■ **To do**
From the listing below, work out how many lines contain "mirror". Reply with that number only.

■ **Excerpted data**

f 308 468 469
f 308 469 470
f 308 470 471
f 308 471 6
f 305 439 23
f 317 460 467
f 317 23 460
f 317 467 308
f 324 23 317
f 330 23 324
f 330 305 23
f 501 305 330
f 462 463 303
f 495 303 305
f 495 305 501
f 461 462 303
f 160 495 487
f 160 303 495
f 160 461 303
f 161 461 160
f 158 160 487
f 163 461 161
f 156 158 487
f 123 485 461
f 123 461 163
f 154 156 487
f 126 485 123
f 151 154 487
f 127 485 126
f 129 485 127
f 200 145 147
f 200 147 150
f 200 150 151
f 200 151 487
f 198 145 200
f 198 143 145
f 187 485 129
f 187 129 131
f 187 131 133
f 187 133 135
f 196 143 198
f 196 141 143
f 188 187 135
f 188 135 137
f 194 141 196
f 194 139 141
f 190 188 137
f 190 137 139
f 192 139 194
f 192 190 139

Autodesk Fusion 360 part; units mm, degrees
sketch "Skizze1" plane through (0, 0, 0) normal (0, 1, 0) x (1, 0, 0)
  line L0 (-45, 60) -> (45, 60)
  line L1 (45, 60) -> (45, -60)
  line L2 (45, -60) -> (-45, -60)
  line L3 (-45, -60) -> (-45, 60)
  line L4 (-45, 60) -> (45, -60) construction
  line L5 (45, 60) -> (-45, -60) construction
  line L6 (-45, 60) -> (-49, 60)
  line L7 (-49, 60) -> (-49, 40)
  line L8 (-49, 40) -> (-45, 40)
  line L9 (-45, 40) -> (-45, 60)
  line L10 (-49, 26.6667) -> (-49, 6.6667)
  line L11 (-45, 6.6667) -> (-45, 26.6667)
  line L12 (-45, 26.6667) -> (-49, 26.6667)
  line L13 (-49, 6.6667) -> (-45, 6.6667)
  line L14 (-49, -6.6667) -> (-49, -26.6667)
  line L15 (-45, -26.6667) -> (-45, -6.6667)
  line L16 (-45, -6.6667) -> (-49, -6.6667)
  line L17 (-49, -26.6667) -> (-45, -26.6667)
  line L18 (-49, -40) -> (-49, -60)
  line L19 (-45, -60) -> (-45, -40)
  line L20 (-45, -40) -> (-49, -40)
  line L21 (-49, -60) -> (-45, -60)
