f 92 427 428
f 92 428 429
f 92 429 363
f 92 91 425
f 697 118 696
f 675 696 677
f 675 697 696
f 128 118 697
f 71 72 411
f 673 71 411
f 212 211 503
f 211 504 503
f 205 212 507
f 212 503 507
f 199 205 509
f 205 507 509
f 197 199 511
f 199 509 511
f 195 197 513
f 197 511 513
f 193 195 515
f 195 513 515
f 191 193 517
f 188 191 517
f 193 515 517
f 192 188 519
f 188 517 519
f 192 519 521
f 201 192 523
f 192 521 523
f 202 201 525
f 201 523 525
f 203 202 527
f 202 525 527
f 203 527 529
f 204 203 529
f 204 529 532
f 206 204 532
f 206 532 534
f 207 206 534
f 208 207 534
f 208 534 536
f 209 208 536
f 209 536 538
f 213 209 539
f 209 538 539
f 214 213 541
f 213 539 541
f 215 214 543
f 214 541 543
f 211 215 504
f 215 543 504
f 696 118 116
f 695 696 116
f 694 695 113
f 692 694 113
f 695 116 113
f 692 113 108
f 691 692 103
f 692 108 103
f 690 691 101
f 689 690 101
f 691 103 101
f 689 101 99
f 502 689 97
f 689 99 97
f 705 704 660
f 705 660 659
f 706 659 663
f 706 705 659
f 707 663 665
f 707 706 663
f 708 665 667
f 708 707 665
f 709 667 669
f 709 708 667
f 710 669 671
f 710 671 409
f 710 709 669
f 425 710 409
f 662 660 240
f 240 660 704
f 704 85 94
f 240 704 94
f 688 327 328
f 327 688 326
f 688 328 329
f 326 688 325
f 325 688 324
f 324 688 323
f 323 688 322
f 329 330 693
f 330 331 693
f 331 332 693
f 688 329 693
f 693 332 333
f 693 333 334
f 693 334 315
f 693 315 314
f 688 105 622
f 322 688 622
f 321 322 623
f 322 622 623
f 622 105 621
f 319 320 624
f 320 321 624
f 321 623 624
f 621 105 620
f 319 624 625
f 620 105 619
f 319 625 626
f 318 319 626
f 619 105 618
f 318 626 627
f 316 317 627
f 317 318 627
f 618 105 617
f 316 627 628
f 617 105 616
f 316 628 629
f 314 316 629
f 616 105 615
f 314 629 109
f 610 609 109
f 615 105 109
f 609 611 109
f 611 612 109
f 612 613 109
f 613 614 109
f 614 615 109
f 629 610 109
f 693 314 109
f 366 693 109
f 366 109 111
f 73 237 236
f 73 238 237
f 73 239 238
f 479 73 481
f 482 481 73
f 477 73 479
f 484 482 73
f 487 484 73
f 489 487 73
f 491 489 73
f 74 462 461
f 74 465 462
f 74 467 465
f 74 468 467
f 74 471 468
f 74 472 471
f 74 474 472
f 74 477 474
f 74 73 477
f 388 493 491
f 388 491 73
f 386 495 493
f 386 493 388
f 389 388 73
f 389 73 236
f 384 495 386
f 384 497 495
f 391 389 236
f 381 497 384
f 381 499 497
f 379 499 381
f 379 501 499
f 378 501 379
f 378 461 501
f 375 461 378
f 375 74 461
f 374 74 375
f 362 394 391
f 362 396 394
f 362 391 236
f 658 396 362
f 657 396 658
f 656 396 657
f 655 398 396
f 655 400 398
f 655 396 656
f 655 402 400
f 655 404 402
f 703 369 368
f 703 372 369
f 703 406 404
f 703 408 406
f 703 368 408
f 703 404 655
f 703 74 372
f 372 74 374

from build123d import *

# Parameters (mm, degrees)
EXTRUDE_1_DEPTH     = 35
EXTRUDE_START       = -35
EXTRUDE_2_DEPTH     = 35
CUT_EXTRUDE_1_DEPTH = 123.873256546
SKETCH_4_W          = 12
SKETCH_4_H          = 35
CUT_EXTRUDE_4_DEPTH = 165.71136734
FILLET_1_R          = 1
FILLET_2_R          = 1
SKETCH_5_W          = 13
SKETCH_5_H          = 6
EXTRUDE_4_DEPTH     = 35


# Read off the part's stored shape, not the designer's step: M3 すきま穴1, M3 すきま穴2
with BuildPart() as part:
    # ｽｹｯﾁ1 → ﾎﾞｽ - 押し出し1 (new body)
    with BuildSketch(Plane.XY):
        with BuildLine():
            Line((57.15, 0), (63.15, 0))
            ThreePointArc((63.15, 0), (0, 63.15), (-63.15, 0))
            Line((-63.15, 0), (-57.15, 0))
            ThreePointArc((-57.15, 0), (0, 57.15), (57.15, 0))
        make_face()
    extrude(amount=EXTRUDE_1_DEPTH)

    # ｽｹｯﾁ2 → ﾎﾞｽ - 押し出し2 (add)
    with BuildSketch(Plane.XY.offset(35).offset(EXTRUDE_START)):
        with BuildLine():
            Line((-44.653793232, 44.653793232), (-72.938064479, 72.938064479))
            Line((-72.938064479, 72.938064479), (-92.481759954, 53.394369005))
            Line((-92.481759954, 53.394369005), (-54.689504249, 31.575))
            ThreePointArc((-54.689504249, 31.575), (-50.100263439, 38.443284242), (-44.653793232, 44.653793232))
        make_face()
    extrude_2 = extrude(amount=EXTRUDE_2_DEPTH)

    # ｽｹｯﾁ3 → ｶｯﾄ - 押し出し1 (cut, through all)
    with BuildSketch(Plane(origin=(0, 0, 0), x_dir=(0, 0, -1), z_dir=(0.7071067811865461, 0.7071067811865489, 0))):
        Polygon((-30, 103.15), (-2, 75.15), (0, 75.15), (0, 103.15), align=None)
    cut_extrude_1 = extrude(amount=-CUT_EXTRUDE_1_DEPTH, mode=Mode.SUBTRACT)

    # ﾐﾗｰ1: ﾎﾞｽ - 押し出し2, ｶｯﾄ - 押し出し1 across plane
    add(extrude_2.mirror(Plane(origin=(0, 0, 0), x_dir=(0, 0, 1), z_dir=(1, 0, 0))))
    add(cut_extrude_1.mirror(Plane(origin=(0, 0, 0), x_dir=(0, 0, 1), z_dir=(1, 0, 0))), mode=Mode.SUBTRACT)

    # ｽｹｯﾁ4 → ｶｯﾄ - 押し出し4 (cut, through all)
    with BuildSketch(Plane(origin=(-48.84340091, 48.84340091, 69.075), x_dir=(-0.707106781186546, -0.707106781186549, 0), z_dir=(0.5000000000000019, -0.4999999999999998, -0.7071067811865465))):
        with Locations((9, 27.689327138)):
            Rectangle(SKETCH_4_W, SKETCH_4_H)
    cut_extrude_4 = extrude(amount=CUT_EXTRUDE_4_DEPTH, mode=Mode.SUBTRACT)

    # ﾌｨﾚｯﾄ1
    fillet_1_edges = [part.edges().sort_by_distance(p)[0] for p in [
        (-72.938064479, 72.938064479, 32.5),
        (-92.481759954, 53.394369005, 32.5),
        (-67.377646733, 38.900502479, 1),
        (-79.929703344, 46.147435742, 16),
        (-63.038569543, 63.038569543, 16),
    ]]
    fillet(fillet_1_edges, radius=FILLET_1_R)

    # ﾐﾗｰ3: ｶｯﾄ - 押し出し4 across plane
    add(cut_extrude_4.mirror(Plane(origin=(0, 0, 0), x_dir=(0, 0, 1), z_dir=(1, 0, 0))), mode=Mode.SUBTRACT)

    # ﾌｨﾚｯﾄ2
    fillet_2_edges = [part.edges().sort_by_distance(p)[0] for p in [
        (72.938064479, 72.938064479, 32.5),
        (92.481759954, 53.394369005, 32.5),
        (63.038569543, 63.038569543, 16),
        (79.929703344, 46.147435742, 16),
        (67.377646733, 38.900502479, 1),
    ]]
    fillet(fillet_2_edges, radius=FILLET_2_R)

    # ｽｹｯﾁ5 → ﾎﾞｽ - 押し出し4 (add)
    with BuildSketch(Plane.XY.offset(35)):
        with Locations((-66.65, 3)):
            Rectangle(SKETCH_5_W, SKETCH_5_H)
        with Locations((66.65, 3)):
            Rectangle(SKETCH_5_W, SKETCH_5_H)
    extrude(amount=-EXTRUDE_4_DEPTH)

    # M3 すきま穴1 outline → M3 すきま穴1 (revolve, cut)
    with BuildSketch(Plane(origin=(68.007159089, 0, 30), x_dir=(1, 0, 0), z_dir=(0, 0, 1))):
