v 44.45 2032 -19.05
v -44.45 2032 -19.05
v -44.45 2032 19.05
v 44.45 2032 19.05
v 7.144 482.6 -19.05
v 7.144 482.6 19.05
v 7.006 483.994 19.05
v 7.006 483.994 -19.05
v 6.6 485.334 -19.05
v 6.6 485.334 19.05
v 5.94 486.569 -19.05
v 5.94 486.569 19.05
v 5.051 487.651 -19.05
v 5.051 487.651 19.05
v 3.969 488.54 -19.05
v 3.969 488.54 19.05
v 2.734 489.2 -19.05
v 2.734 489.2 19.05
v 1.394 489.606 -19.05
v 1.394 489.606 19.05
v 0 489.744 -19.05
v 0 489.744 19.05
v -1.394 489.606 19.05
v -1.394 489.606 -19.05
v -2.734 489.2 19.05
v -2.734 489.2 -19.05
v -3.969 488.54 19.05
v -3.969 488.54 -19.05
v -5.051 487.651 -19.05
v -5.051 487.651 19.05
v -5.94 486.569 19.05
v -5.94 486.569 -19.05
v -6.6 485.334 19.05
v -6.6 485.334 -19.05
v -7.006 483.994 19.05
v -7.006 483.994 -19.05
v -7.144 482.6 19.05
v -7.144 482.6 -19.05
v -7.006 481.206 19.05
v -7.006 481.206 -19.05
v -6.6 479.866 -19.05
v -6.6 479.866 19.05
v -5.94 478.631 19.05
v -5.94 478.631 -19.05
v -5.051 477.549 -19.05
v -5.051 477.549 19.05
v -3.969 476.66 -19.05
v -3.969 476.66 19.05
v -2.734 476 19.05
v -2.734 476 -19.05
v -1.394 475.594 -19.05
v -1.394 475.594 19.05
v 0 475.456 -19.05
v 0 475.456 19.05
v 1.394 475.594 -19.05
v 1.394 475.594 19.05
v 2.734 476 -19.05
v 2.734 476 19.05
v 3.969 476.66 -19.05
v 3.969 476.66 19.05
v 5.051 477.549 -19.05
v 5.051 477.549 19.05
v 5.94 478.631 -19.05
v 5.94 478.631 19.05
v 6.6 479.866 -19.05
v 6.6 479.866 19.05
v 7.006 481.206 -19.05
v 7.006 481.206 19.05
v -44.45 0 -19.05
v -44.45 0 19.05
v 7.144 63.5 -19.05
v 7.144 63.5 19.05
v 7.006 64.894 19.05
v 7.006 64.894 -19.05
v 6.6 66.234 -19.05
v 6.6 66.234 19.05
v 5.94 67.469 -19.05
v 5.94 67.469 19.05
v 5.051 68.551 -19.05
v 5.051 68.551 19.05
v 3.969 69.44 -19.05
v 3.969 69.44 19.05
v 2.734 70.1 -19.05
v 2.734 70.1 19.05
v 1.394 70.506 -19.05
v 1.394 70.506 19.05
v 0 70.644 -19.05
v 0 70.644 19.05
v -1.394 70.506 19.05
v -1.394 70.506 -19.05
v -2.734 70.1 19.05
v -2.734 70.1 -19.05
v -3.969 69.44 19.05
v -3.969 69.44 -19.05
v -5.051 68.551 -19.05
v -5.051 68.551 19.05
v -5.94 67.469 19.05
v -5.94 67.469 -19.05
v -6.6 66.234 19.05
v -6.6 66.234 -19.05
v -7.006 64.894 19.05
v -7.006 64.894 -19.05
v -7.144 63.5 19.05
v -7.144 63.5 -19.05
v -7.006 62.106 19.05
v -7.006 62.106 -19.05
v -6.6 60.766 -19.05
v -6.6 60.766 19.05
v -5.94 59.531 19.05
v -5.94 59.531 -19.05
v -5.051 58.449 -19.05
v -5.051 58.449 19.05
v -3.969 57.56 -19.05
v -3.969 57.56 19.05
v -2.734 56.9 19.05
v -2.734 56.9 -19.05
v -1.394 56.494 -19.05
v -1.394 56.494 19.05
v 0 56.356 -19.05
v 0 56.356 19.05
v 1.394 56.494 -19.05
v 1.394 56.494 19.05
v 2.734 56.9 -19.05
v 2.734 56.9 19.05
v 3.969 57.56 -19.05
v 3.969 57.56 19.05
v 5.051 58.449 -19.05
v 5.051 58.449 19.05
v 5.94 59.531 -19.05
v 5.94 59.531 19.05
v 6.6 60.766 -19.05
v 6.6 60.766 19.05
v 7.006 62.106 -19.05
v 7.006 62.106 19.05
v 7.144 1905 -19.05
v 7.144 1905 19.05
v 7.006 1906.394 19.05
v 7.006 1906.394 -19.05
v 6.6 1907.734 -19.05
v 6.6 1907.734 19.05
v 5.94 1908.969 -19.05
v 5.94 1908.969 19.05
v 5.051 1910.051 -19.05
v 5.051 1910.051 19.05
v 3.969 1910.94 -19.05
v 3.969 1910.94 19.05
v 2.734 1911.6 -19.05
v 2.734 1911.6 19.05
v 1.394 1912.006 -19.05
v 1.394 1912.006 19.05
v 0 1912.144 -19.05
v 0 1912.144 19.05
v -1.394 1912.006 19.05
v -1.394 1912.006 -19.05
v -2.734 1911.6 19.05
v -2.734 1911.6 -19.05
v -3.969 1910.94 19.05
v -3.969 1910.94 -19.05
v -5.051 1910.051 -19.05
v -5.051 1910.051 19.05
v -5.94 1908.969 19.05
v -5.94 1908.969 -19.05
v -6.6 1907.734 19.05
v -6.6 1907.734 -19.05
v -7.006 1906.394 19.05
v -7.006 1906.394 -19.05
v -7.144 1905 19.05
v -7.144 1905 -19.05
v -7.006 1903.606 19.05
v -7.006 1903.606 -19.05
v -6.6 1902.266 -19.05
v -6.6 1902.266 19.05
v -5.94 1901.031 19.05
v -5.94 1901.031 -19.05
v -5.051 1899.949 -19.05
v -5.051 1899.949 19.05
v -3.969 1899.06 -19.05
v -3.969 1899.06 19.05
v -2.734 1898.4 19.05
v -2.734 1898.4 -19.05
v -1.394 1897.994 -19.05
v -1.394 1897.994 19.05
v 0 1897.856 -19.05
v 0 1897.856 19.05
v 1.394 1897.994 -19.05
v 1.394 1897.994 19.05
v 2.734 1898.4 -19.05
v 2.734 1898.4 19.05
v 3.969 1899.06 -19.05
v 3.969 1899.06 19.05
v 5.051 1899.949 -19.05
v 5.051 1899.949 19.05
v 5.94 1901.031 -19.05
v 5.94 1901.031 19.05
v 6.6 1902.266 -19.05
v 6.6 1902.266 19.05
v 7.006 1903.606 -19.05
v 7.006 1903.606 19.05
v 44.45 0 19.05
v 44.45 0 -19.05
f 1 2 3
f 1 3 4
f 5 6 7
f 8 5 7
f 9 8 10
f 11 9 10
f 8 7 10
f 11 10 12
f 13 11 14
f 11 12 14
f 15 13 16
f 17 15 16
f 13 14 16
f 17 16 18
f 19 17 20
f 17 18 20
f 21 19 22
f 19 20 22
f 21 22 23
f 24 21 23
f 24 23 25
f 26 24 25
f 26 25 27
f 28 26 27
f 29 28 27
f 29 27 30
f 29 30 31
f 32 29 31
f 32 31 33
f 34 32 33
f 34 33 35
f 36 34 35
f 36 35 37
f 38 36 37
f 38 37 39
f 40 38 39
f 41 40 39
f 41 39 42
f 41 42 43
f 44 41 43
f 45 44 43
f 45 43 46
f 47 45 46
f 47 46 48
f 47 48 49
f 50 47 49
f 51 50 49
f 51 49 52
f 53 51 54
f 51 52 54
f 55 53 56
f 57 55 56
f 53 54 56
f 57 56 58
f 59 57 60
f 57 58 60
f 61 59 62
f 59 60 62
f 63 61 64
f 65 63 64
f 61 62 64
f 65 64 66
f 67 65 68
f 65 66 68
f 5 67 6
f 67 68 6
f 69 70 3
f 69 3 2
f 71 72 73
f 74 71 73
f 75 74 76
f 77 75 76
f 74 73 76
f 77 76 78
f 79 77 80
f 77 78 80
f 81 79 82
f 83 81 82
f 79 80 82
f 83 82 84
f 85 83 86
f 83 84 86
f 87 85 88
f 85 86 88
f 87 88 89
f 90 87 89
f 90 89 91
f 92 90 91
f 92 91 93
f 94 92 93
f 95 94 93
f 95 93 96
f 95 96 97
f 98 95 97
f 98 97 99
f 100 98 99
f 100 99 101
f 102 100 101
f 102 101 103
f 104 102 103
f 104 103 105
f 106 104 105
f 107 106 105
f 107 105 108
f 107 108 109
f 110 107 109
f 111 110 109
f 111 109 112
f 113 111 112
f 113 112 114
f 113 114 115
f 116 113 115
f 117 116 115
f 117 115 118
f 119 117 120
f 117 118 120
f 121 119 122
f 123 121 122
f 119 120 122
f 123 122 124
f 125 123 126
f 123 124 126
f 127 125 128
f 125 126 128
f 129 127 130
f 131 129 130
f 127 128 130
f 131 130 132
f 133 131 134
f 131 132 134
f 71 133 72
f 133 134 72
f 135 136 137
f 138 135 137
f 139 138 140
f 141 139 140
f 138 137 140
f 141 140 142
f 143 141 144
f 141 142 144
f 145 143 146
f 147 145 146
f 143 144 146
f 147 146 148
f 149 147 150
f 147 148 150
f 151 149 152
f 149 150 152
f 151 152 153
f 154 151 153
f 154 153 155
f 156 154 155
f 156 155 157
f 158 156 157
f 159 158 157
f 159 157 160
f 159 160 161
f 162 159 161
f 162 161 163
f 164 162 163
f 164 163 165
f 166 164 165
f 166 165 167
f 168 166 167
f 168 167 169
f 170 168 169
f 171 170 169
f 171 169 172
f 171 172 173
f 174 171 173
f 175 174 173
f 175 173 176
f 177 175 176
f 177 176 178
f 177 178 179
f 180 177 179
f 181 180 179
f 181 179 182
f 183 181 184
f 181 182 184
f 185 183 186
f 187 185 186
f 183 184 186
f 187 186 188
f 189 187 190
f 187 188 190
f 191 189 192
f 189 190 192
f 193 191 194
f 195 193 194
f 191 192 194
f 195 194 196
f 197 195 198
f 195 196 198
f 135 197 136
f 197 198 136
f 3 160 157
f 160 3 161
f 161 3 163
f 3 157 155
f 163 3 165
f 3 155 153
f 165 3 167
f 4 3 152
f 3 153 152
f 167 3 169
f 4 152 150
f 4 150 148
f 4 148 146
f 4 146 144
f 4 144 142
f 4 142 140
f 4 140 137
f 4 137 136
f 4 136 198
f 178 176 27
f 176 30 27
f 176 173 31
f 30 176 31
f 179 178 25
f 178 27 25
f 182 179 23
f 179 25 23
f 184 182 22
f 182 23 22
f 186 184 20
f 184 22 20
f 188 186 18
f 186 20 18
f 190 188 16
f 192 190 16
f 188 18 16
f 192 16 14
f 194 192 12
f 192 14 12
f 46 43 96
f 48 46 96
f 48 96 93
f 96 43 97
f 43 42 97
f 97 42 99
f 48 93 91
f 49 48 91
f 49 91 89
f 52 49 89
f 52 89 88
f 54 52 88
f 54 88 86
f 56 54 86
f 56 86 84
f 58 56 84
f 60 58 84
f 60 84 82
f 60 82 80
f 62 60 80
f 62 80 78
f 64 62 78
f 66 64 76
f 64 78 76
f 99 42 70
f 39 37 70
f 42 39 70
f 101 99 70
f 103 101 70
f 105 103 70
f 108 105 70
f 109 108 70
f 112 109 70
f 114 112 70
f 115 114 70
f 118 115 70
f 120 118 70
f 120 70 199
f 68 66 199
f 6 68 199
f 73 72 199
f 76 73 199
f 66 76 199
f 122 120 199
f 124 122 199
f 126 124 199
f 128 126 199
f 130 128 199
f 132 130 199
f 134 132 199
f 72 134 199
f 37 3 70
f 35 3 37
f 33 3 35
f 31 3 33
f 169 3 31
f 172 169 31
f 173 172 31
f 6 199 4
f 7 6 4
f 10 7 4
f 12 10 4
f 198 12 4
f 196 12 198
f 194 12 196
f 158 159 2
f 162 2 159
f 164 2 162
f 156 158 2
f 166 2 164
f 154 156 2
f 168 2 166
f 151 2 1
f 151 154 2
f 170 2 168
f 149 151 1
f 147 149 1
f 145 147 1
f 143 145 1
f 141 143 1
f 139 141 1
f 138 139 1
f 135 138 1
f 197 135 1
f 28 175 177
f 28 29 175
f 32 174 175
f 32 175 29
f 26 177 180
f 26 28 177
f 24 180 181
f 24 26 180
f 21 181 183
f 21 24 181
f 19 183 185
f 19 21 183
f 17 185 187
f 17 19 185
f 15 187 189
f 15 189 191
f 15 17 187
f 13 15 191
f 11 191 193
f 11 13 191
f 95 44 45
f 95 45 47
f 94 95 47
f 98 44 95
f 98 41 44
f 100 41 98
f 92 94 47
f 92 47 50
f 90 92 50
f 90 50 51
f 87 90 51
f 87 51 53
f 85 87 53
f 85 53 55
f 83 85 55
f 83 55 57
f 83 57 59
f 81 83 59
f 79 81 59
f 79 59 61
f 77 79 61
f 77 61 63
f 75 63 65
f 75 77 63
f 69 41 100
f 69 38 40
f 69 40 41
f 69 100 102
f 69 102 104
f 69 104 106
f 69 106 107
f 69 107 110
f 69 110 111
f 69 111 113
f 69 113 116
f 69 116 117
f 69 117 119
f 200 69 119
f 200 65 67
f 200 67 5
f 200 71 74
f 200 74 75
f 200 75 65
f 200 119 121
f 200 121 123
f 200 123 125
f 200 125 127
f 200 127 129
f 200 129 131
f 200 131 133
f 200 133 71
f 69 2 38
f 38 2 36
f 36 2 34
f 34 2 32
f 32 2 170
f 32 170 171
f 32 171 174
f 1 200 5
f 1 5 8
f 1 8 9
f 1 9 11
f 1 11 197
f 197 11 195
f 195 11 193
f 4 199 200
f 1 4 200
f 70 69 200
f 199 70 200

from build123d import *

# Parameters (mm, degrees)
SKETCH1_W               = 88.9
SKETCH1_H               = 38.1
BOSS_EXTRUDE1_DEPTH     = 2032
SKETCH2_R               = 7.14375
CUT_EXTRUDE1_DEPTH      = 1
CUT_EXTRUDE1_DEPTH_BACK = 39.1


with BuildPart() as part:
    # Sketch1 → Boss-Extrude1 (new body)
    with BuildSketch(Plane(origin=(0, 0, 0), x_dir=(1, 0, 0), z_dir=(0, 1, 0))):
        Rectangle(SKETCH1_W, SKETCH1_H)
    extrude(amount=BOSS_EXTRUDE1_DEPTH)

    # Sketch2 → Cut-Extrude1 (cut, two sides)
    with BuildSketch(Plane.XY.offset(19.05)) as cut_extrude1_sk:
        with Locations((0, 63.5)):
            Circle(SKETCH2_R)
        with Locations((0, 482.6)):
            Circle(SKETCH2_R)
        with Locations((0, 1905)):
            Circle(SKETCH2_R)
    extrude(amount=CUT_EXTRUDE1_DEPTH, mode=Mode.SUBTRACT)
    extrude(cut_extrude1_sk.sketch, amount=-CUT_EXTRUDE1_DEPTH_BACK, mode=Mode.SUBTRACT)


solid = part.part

■ **Answer for the task**
3